I had a sudden problem with oil leakage from the non-chuck end of the spindle on my 10K that prompted me to pull the spindle to look for plugged oil passages or other problems. I bought the book and felt kit from ILION Industrial and proceeded to pull the spindle.  I didn't find anything, the spindle and bearings look good. I replaced the old oiling felts with the ones in the kit, lubed the cone pulley with Superlube and did the needle bearing replacement of the fiber washer.  One thing here that I'm not sure about is the clearance between the bull gear and the headstock casting.  I pulled the spindle in until I had .007 clearance between the ring behind the threads and the headstock (.005 recommended), but there is a significant gap between the bull gear and the headstock bearing.  Using feeler gauges, I measure it as .039".  Is this normal?

My reverse tumbler was loaded with the grease used by the prior owner, and I decided that, as long as I had it off and had the felts, I'd replace them.  Now I'm a bit confused.  The instructions in the book basically say "replace the old felts with new" and they say they are to be pulled through with hooks.  Not much detail.  Even pulling them out I had problems hooking the felt with the wires.

The poor quality sketch below shows how  I think the felts were installed on the tumbler before I pulled them out.  All three seemed to be full length, meaning that they all had to be pulled into the passage underneath the oil cup.  I seems like this would be pretty tricky, and I wanted to be sure I was installing them correctly before I struggled with manipulating them into the position shown.  Also, would they be easier to install wetted with oil, or dry?
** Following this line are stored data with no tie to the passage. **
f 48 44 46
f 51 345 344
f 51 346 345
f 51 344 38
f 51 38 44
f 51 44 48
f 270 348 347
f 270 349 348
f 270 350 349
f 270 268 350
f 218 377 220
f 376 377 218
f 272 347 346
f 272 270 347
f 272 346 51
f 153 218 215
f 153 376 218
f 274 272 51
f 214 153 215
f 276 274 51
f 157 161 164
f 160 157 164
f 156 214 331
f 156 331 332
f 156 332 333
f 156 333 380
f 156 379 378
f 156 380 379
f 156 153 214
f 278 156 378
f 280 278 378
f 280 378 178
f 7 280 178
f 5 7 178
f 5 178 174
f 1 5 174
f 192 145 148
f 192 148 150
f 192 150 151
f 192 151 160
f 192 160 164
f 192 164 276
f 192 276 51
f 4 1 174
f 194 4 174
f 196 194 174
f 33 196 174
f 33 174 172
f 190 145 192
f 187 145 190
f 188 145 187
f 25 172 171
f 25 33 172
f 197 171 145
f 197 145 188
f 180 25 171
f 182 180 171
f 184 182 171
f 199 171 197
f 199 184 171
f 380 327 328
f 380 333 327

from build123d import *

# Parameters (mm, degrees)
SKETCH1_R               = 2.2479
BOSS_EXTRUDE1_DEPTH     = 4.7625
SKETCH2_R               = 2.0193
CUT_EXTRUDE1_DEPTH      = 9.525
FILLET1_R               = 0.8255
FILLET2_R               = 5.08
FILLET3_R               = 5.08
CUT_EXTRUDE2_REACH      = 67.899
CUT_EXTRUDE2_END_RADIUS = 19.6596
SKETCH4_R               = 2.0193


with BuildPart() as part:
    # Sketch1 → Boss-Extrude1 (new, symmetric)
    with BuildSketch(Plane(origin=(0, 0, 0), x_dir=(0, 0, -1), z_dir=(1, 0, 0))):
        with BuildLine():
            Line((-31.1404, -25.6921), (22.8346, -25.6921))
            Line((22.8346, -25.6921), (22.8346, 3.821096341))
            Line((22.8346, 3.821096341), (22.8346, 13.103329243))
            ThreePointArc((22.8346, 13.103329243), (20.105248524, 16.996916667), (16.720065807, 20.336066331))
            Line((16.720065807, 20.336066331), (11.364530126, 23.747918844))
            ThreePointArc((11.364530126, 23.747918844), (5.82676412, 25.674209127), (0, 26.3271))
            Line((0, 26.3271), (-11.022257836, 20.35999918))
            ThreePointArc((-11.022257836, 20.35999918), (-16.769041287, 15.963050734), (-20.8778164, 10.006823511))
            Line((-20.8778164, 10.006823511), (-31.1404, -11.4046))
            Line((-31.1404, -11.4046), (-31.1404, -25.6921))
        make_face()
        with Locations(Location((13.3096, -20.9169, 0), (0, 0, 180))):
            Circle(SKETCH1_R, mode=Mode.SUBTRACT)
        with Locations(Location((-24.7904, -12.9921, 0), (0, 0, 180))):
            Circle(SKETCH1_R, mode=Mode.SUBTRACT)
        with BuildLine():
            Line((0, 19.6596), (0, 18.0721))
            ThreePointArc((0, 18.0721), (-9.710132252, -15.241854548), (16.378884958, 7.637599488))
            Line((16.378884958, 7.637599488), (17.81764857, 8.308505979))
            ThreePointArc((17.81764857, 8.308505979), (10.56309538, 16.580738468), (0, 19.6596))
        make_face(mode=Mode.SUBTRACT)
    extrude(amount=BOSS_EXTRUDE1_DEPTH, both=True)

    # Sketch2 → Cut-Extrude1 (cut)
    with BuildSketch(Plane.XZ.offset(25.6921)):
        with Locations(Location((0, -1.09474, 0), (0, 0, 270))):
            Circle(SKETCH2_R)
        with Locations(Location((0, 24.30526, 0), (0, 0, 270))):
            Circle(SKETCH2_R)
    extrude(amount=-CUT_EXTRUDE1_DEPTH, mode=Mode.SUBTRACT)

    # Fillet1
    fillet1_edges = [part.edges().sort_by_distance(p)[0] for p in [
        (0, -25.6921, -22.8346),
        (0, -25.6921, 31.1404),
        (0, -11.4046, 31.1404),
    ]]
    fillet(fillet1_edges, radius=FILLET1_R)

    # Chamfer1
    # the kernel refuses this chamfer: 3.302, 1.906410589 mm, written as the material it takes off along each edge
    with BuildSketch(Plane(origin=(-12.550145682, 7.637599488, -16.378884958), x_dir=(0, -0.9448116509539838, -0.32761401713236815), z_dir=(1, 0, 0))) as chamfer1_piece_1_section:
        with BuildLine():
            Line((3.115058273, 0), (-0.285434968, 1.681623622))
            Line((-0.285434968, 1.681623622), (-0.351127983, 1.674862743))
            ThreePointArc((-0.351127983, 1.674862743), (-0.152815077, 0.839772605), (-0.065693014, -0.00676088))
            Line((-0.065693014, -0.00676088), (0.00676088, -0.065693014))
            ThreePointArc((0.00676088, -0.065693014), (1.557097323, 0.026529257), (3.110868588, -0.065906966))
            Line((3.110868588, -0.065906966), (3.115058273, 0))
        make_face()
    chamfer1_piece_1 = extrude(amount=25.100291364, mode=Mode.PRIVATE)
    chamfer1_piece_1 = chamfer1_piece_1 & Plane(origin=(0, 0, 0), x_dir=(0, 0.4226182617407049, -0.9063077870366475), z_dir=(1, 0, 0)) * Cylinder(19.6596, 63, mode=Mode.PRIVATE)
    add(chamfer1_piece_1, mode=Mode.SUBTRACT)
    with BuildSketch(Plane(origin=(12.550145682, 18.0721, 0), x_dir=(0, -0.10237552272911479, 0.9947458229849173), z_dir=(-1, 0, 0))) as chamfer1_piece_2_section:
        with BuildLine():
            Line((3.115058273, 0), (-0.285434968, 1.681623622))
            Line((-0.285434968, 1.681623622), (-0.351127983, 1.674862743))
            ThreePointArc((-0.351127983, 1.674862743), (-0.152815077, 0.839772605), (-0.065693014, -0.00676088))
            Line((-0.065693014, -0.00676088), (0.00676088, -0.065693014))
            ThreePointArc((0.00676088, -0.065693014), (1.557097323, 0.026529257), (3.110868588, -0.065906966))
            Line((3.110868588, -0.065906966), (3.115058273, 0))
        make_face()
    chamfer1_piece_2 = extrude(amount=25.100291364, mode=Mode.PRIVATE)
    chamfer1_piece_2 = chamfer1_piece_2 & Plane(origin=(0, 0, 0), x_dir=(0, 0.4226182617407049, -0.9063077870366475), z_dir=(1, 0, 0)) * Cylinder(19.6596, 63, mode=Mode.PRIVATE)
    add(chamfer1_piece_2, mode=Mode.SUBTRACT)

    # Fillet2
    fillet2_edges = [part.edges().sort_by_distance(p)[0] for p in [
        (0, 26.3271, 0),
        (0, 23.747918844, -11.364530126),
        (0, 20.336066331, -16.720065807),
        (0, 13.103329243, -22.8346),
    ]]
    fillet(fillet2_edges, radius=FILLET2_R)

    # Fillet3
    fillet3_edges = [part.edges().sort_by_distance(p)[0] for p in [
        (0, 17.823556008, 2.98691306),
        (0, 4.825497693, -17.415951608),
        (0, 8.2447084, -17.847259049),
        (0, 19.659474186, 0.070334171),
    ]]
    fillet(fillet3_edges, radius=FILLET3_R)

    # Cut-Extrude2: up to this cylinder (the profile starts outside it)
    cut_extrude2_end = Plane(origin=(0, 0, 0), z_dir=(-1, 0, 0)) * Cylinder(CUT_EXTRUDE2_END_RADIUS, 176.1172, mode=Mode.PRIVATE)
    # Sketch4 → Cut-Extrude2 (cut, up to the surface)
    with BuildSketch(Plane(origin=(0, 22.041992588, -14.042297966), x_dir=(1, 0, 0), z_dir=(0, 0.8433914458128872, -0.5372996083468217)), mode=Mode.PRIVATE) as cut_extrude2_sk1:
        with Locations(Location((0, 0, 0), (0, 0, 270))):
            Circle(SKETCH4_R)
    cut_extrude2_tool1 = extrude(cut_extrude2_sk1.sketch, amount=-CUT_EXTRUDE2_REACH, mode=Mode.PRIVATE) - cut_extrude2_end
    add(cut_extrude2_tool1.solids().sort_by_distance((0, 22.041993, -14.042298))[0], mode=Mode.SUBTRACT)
Any direction I can get on this would be greatly appreciated.


----------



## JPar (Jan 7, 2022)

I realize this is a very old thread.  I'm replacing the felts in the reverse tumbler on my 10K, and I have the same question as the OP, which apparently was never answered.  I hope that someone here who has replaced these on their machine will chime in here.  How did you arrange the felts on your machine?  Did you use the technique shown in the OP, with all three wicks extending into the main channel?  Or did you do it a different way?
John


----------



## JPar (Jan 11, 2022)

No responses here, but I did get some help on the Facebook South Bend lathe group.  I thought I would document here what I did, just to give some closure to this thread.  The crude sketch below shows the approach I went with.  For the blue and red galleries, I inserted the felt wicks all the way to the blind ends of the holes.  Then, for the black gallery, I used a piece of fine wire to pull a wick from the shaft end up to the Gits fitting end.  After unwrapping the wire, I pulled the wick down until the end was about 0.5" down (inside) from the Gits and then trimmed it flush with the "keyway".  I then fitted the "keyway" with the proper size rectangular felt.
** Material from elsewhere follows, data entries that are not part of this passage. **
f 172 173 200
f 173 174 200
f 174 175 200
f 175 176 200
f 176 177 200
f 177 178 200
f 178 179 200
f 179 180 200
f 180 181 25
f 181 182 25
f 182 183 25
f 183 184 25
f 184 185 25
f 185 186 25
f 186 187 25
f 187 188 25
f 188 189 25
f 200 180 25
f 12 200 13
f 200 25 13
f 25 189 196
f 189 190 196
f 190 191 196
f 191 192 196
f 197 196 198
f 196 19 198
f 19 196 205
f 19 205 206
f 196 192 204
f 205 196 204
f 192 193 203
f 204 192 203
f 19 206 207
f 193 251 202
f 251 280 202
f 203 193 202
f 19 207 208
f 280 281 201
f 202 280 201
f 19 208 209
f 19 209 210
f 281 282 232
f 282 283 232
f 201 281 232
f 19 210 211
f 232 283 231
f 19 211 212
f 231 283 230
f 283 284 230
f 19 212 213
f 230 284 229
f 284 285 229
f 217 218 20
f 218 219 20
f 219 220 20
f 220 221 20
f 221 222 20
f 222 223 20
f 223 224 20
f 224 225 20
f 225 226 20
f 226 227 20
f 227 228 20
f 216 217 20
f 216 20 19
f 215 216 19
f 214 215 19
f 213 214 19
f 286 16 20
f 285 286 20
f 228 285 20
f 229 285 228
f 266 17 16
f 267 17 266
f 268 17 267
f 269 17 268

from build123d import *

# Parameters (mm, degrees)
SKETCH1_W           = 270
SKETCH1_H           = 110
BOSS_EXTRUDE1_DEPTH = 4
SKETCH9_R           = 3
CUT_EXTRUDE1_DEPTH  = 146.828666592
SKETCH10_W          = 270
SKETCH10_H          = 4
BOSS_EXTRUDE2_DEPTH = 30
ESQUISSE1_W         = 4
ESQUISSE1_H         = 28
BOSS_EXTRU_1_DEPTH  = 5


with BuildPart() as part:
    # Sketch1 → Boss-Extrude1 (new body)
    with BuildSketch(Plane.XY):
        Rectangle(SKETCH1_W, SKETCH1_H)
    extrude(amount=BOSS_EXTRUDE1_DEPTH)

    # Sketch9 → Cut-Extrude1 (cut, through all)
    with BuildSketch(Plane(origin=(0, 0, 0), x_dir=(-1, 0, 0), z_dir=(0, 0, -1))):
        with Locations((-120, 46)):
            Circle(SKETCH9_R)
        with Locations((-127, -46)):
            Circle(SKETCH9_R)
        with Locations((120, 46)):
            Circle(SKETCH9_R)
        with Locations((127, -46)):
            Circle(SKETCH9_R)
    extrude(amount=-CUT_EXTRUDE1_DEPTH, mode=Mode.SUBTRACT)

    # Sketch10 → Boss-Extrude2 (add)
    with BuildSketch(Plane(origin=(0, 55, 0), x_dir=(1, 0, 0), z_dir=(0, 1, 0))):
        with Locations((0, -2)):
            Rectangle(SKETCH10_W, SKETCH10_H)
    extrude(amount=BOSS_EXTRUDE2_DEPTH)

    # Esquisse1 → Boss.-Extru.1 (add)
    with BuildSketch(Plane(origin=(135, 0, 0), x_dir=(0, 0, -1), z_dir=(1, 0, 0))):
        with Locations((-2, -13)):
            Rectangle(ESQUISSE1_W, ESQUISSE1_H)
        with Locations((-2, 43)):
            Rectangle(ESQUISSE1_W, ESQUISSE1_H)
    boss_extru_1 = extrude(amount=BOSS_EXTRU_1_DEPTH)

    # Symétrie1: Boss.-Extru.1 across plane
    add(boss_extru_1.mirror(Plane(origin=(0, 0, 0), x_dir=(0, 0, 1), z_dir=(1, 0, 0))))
With this approach, all of the felts are in contact with the felt in the Gits gallery (black).  When oil is added to the Gits, the felts should wick it to all the places it's needed.
John


----------



## dwall174 (Jan 11, 2022)

I'm currently working on refurbishing a 13" South Bend lathe & I've gotten a lot of information from YouTube videos by George Bell that are based on the ILION kits mentioned above. 
Here's his video on the reversing lever on the 13" which should be fairly the same on the 10K.





Doug


----------



## dwall174 (Jan 15, 2022)

While we are on the subject of the reversing tumbler set-up! 
Has anyone tried a set of the roller bearing twin gears from American Machine & Gear Works (AMG)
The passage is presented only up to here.